Key Differences Between PPC vs. SEO
PPC and SEO have many similarities. They can both bring you traffic to grow your business and deliver solid ROI, especially if you have an SEO or PPC agency helping. But, there are some key differences between PPC vs. SEO that will impact your decision about which to use.
Timeframe
PPC ads work immediately, while SEO takes time to send you traffic.
Cost
SEO is usually cheaper in the long run, but this largely depends on your niche and what your competitors are willing to spend for their ads to display since the bulk of your costs is based on a bidding system.
Reach
Most people believe SEO provides greater reach because your site can appear in a variety of searches that relate to your brand or content you’ve created. Plus, you can reach people throughout the buyer’s journey. That is often true, especially considering you can choose who sees your PPC ads. However, options like video and display ads let you reach people who aren’t necessarily looking for your products or services, too.
Conversions
PPC is typically conversion oriented. You’re trying to get someone to purchase, fill out a form, or take a specific action. Campaigns are designed to accomplish that task, so they target people who are ready to buy. SEO can lead to more sales, but it’s better for generating awareness and building trust.
ROI
While both PPC and SEO will deliver a return on your investment when managed effectively, the ROI of SEO is generally higher.

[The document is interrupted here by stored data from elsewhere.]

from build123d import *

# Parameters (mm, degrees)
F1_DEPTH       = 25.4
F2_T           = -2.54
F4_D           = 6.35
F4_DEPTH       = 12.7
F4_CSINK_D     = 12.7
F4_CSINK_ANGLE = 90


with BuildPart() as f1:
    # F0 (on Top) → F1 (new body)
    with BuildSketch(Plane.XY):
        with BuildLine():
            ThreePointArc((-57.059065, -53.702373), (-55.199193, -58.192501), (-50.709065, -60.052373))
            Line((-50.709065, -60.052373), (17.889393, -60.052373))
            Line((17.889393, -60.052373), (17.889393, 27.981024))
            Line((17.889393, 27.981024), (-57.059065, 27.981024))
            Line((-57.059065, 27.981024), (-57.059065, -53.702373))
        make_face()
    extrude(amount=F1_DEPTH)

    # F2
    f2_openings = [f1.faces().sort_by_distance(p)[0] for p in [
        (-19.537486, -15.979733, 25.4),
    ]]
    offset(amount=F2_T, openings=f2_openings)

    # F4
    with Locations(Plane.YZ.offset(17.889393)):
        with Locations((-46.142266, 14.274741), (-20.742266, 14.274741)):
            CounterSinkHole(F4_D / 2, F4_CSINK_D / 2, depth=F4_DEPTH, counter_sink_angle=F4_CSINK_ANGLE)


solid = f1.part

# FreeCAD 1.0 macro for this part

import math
import FreeCAD as App
import Part
import Sketcher

V = App.Vector
Q = App.Units.Quantity


def faces_at(feature, points):
    """Names of the faces that lie closest to the given points."""
    faces = feature.Shape.Faces
    near = lambda p: min(range(len(faces)), key=lambda i: faces[i].distToShape(Part.Vertex(*p))[0])
    return sorted({f"Face{near(p) + 1}" for p in points})

doc = App.newDocument("Part")
body = doc.addObject("PartDesign::Body", "Body")

# Sketch on XY plane
sketch1 = doc.addObject("Sketcher::SketchObject", "Sketch")
body.addObject(sketch1)
sketch1.AttachmentSupport = (doc.XY_Plane, [""])
sketch1.MapMode = "FlatFace"
sketch1.addGeometry(Part.ArcOfCircle(Part.Circle(V(-51, -54, 0), V(0, 0, 1), 6), math.radians(-180), math.radians(-90)), False)
sketch1.addGeometry(Part.LineSegment(V(-51, -60, 0), V(18, -60, 0)), False)
sketch1.addGeometry(Part.LineSegment(V(18, -60, 0), V(18, 28, 0)), False)
sketch1.addGeometry(Part.LineSegment(V(18, 28, 0), V(-57, 28, 0)), False)
sketch1.addGeometry(Part.LineSegment(V(-57, 28, 0), V(-57, -54, 0)), False)
sketch1.addConstraint(Sketcher.Constraint("Tangent", 0, 2, 1, 1))
sketch1.addConstraint(Sketcher.Constraint("Coincident", 1, 2, 2, 1))
sketch1.addConstraint(Sketcher.Constraint("Coincident", 2, 2, 3, 1))
sketch1.addConstraint(Sketcher.Constraint("Coincident", 3, 2, 4, 1))
sketch1.addConstraint(Sketcher.Constraint("Tangent", 4, 2, 0, 1))
sketch1.addConstraint(Sketcher.Constraint("Horizontal", 1))
sketch1.addConstraint(Sketcher.Constraint("Vertical", 2))
sketch1.addConstraint(Sketcher.Constraint("Horizontal", 3))
sketch1.addConstraint(Sketcher.Constraint("Vertical", 4))
sketch1.addConstraint(Sketcher.Constraint("Radius", 0, Q("0.25 in")))
sketch1.addConstraint(Sketcher.Constraint("DistanceX", 1, 1, 1, 2, 68.598458))
sketch1.addConstraint(Sketcher.Constraint("DistanceY", 2, 1, 2, 2, 88.033397))
sketch1.addConstraint(Sketcher.Constraint("DistanceX", 0, 3, -1, 1, 50.709065))
sketch1.addConstraint(Sketcher.Constraint("DistanceY", 0, 3, -1, 1, 53.702373))
pad1 = doc.addObject("PartDesign::Pad", "Pad")
body.addObject(pad1)
pad1.Profile = sketch1
pad1.Length = Q("1 in")
doc.recompute()

thickness = doc.addObject("PartDesign::Thickness", "Thickness")
body.addObject(thickness)
thickness.Base = (pad1, faces_at(pad1, [(-19.585, -16.036, 25.4)]))
thickness.Value = Q("0.1 in")
thickness.Reversed = True
thickness.Join = "Arc"

# Sketch on YZ plane
sketch2 = doc.addObject("Sketcher::SketchObject", "Sketch001")
body.addObject(sketch2)
sketch2.AttachmentSupport = (doc.YZ_Plane, [""])
sketch2.MapMode = "FlatFace"
sketch2.AttachmentOffset = App.Placement(V(0, 0, 17.889393), App.Rotation())
sketch2.addGeometry(Part.Circle(V(-46.1, 14.3, 0), V(0, 0, 1), 3.2), False)
sketch2.addGeometry(Part.Circle(V(-20.7, 14.3, 0), V(0, 0, 1), 3.2), False)
sketch2.addConstraint(Sketcher.Constraint("Equal", 0, 1))
sketch2.addConstraint(Sketcher.Constraint("Horizontal", 0, 3, 1, 3))
sketch2.addConstraint(Sketcher.Constraint("Diameter", 0, Q("0.25 in")))
sketch2.addConstraint(Sketcher.Constraint("DistanceX", 0, 3, 1, 3, Q("1 in")))
sketch2.addConstraint(Sketcher.Constraint("DistanceY", -1, 1, 0, 3, 14.274741))
sketch2.addConstraint(Sketcher.Constraint("DistanceX", 0, 3, -1, 1, 46.142266))
doc.recompute()
hole = doc.addObject("PartDesign::Hole", "Hole")
body.addObject(hole)
hole.Profile = sketch2
hole.ThreadType = "None"
hole.Diameter = Q("0.25 in")
hole.DepthType = "Dimension"
hole.Depth = Q("0.5 in")
hole.DrillPoint = "Flat"
hole.HoleCutType = "Countersink"
hole.HoleCutDiameter = Q("0.5 in")
hole.HoleCutCountersinkAngle = 90

doc.recompute()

How PPC and SEO Work Together
In most cases, it’s not a question of PPC vs SEO. They’re used together to amplify the results.
You Can Dominate Search Results for Branded Terms
You should rank first in search engines for any branded terms, such as the name of your company and products. However, competitors and resellers can sometimes use the same terms to get their search ads to display before your organic listing. When you run PPC ads for branded terms, you have more assurance that people will visit your site when they want to find you instead of a reseller or competitor.
You Can Reach More People at Different Stages
While you can use PPC ads to reach people in the early stages of the buyer’s journey, and content-based ads like boosted posts on Facebook do just this, your readers aren’t likely to purchase right away. By investing in SEO as well, you can use your site to carry people through the buyer’s journey and paid ads to seal the deal.
You Can Boost Conversions
You can use remarketing and retargeting to encourage previous visitors or customers to come back and pick up where they left off. This boosts conversions exponentially.
You Can Make More Informed Decisions
As you run PPC campaigns, you may find that some keywords get a lot of clicks but never convert. It’s a sign that these are helpful terms that people want more information on and are worth covering but keeping them as PPC keywords is not cost-effective. You can meet the needs of your audience by shifting these terms to your SEO strategy instead.
You can also use your PPC data to make better decisions about your SEO. For instance, through A/B testing on your PPC campaigns, you may discover that people prefer a specific offer or are more likely to click a particular color button. Apply these changes to your site to boost conversions for your organic traffic too. Equally, you might learn that the audience you’re attracting through organic search doesn’t align with your PPC targeting. You can try targeting the new audience with your PPC ads to see how they respond and potentially increase conversions too.
PPC vs. SEO: Which is Better
In the battle between PPC vs. SEO, neither is better. They just work differently and are better together. While it’s ok to start with SEO because it takes longer to see results, most businesses can’t afford to wait. PPC, therefore, should also be an early strategy. That way, you begin growing your company quickly and can funnel your ROI into more ads or other long-term strategies.